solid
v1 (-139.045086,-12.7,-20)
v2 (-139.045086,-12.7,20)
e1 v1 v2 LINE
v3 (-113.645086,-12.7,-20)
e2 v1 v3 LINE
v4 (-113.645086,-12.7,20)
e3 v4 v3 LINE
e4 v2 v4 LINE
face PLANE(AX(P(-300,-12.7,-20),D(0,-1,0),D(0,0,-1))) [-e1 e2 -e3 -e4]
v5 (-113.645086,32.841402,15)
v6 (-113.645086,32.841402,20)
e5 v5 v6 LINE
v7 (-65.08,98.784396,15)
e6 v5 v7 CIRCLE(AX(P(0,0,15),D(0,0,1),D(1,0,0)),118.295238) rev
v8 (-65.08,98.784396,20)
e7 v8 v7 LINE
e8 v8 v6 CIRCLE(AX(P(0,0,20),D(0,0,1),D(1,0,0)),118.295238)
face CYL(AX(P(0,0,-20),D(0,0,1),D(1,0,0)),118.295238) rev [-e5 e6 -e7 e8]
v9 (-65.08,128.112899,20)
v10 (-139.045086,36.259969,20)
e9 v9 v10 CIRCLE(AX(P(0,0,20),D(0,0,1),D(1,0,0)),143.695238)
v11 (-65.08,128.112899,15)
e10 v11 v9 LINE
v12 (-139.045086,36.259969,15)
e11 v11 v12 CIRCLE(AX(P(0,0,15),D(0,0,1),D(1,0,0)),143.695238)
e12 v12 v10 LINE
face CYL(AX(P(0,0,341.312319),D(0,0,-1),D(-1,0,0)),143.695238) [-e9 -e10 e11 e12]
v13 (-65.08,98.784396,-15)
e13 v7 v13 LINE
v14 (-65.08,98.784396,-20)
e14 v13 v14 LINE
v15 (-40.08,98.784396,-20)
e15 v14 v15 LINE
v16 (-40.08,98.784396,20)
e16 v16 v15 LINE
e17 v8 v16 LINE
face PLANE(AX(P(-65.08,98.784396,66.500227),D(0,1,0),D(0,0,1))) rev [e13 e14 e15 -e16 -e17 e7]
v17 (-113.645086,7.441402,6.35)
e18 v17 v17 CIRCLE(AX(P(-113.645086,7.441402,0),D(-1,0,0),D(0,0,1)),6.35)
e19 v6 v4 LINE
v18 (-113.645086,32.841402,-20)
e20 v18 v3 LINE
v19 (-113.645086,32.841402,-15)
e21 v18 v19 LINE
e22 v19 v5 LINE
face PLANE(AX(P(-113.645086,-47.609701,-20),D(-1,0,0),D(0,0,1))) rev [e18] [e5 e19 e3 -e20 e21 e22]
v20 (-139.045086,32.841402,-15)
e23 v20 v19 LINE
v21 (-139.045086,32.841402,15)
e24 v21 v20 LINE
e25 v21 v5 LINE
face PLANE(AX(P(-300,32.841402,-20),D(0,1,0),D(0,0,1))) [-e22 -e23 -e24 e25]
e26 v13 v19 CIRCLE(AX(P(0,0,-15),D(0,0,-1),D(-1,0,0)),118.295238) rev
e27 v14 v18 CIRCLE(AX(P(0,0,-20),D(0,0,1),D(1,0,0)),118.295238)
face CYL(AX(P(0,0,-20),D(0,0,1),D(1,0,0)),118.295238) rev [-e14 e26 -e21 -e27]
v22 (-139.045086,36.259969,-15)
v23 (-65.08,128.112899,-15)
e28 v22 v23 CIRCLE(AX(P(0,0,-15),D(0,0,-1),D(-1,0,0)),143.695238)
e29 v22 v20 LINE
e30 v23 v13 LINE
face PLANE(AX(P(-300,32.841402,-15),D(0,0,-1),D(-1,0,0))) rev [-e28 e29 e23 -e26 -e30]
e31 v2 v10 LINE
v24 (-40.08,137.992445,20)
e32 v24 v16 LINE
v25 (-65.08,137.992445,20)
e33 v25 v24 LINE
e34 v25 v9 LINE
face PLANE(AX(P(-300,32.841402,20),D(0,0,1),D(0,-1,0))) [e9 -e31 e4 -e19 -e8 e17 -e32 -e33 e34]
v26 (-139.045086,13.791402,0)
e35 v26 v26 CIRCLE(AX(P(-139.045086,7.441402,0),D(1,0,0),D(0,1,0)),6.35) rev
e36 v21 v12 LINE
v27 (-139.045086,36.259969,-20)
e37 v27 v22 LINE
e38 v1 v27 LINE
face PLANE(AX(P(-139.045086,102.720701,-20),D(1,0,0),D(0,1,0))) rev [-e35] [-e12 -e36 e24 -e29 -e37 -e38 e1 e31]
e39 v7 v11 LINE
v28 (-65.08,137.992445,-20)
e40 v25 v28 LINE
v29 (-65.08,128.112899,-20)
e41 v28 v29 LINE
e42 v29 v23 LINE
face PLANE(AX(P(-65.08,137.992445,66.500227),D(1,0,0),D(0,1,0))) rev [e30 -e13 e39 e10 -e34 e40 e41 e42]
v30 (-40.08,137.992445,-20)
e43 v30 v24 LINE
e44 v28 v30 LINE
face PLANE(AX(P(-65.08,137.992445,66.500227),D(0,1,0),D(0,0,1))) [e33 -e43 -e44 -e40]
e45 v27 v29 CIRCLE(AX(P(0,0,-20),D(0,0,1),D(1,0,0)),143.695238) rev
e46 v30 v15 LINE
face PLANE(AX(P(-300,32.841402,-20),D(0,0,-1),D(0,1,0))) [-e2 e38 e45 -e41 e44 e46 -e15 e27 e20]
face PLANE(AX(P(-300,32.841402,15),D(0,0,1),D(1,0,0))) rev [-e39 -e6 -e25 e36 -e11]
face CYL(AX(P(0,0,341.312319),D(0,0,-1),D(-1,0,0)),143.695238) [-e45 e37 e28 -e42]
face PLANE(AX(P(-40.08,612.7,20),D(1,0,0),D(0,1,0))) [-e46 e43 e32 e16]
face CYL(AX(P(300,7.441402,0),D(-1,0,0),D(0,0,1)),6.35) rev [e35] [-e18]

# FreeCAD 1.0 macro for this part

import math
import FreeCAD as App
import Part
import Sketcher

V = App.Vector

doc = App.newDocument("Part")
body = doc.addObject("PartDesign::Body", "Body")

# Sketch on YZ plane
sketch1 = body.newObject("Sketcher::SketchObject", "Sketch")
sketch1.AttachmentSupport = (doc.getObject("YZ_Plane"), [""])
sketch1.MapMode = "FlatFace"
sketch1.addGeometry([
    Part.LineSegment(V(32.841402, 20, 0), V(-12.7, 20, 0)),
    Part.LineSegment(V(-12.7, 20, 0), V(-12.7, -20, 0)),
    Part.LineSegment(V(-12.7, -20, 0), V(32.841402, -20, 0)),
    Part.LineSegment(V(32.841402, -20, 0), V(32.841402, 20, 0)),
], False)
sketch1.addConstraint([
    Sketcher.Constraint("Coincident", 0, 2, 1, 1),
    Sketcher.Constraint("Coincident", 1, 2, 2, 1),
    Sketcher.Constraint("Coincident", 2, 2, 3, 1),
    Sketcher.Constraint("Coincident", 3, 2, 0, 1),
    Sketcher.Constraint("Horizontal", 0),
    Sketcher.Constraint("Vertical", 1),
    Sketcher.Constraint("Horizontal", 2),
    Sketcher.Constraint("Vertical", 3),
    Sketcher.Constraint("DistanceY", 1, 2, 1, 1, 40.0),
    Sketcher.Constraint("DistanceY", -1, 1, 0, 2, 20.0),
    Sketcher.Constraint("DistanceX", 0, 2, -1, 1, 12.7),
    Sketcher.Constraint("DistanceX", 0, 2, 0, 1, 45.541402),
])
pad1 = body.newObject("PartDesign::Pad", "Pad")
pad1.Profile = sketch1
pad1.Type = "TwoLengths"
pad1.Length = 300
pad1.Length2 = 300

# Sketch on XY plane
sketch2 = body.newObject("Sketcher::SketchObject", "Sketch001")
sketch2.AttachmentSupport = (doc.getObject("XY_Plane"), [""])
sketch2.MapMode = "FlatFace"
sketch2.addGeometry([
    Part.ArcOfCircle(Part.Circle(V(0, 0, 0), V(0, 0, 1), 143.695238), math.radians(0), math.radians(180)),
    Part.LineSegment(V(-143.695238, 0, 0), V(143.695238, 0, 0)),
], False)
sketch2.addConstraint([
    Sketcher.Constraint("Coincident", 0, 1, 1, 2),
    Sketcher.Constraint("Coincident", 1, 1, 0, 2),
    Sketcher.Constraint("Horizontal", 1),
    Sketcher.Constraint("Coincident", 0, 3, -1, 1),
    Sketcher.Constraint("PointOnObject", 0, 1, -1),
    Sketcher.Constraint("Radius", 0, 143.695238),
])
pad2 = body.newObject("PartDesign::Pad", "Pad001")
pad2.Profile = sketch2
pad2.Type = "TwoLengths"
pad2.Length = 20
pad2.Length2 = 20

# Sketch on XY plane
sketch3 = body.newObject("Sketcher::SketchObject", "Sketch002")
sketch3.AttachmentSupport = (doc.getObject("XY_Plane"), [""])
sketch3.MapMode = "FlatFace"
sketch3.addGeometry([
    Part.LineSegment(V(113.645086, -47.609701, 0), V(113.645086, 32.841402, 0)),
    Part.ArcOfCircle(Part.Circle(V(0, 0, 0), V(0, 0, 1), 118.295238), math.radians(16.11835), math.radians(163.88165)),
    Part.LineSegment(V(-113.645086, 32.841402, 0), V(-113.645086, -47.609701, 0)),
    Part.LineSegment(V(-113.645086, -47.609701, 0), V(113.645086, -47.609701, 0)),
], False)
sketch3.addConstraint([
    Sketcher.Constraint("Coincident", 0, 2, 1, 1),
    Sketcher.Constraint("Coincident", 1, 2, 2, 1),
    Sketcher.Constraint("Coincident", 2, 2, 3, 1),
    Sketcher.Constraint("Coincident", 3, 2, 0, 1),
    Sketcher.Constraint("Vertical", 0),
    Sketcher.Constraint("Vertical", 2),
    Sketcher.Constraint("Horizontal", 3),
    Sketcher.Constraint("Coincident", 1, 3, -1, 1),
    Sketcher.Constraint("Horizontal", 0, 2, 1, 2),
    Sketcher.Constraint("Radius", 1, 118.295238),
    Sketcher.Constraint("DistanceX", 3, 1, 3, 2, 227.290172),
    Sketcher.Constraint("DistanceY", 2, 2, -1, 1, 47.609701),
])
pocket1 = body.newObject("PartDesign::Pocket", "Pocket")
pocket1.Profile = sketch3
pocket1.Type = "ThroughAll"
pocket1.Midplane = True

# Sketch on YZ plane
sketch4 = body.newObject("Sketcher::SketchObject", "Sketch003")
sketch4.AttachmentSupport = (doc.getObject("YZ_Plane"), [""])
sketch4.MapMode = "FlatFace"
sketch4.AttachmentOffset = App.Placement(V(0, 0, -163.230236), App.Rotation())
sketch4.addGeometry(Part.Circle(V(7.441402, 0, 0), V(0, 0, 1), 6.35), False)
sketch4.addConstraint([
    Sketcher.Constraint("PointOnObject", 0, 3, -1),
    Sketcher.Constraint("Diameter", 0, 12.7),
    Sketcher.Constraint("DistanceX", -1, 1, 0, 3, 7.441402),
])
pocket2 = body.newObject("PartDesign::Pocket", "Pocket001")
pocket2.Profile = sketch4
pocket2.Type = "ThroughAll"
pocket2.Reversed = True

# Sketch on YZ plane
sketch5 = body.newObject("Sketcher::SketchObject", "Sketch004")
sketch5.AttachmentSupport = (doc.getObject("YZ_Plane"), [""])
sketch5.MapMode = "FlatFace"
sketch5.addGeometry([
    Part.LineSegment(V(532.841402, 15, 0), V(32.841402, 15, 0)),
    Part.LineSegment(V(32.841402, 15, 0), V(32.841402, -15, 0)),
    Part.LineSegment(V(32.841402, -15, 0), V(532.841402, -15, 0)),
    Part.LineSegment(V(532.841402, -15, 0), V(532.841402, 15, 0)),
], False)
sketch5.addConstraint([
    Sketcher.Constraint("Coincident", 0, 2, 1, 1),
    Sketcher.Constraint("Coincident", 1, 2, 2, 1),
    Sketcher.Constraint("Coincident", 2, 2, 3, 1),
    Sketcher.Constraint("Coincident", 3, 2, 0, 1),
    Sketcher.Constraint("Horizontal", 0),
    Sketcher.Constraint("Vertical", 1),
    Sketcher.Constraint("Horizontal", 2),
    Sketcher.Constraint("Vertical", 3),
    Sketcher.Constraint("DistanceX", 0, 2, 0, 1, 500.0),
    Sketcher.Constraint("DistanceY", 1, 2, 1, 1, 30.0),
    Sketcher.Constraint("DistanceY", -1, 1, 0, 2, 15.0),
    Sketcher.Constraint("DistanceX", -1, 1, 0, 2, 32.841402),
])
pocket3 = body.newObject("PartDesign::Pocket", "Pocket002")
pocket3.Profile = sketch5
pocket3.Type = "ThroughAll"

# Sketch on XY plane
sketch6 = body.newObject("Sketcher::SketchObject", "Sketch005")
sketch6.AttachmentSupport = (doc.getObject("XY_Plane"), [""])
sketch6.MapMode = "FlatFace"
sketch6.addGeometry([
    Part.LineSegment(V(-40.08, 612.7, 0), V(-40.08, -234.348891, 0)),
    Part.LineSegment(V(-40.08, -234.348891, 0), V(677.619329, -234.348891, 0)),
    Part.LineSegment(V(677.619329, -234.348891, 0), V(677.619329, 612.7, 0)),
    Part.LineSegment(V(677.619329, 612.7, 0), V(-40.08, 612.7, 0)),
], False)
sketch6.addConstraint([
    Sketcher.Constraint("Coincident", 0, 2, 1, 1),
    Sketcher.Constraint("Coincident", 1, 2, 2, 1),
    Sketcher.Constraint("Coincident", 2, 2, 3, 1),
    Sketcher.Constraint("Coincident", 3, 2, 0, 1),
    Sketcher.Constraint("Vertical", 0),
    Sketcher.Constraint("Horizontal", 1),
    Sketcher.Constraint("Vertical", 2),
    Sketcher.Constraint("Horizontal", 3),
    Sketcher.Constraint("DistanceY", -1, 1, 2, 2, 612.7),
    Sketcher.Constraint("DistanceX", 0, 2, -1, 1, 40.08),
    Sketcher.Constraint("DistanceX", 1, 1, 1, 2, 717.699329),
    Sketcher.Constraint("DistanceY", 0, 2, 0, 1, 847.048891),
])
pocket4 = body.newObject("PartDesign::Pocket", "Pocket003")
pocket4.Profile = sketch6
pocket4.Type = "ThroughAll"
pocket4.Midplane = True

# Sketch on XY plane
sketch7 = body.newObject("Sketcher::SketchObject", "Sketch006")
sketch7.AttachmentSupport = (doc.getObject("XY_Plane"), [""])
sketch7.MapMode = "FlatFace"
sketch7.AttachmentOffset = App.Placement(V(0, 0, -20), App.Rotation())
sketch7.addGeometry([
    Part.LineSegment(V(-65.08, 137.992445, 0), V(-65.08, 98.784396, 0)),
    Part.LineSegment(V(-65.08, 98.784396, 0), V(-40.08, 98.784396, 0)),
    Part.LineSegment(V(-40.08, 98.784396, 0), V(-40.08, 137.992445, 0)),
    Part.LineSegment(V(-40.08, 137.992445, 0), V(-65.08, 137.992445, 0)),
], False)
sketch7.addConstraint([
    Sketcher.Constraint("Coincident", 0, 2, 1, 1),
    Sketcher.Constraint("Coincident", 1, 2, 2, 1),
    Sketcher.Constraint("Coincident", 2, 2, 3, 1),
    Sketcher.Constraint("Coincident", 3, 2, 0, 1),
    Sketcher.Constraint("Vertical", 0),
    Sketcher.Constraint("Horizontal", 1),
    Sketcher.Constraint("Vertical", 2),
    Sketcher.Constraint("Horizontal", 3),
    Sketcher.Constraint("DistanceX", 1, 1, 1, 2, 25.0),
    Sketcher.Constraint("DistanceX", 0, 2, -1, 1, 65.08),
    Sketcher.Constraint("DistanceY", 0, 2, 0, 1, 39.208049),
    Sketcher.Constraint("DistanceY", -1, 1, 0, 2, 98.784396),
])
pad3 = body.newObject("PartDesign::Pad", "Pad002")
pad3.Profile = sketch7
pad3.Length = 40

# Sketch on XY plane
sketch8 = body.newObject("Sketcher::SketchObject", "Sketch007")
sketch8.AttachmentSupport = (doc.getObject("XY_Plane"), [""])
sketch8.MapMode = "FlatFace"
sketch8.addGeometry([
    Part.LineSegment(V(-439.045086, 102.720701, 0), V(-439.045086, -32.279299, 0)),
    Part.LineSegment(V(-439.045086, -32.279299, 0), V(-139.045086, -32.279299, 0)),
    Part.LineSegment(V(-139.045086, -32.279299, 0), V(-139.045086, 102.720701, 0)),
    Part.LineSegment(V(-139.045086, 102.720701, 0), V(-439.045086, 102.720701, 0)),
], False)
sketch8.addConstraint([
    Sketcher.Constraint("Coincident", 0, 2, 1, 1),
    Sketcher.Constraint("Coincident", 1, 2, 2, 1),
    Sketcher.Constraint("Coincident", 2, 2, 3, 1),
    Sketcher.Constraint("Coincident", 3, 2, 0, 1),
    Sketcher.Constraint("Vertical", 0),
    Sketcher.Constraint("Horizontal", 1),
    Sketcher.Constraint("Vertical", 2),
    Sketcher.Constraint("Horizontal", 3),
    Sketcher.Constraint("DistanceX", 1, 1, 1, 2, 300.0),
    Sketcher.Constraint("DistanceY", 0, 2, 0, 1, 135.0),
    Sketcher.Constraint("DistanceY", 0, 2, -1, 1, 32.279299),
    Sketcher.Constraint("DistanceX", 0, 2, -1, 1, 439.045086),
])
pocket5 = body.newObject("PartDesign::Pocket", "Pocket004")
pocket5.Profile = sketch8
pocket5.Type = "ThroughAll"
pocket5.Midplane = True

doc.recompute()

-*-

Give again, exactly as written, every line from the first one above through the line that has "v7 (-65.08,98.784396,15)" in it.

solid
v1 (-139.045086,-12.7,-20)
v2 (-139.045086,-12.7,20)
e1 v1 v2 LINE
v3 (-113.645086,-12.7,-20)
e2 v1 v3 LINE
v4 (-113.645086,-12.7,20)
e3 v4 v3 LINE
e4 v2 v4 LINE
face PLANE(AX(P(-300,-12.7,-20),D(0,-1,0),D(0,0,-1))) [-e1 e2 -e3 -e4]
v5 (-113.645086,32.841402,15)
v6 (-113.645086,32.841402,20)
e5 v5 v6 LINE
v7 (-65.08,98.784396,15)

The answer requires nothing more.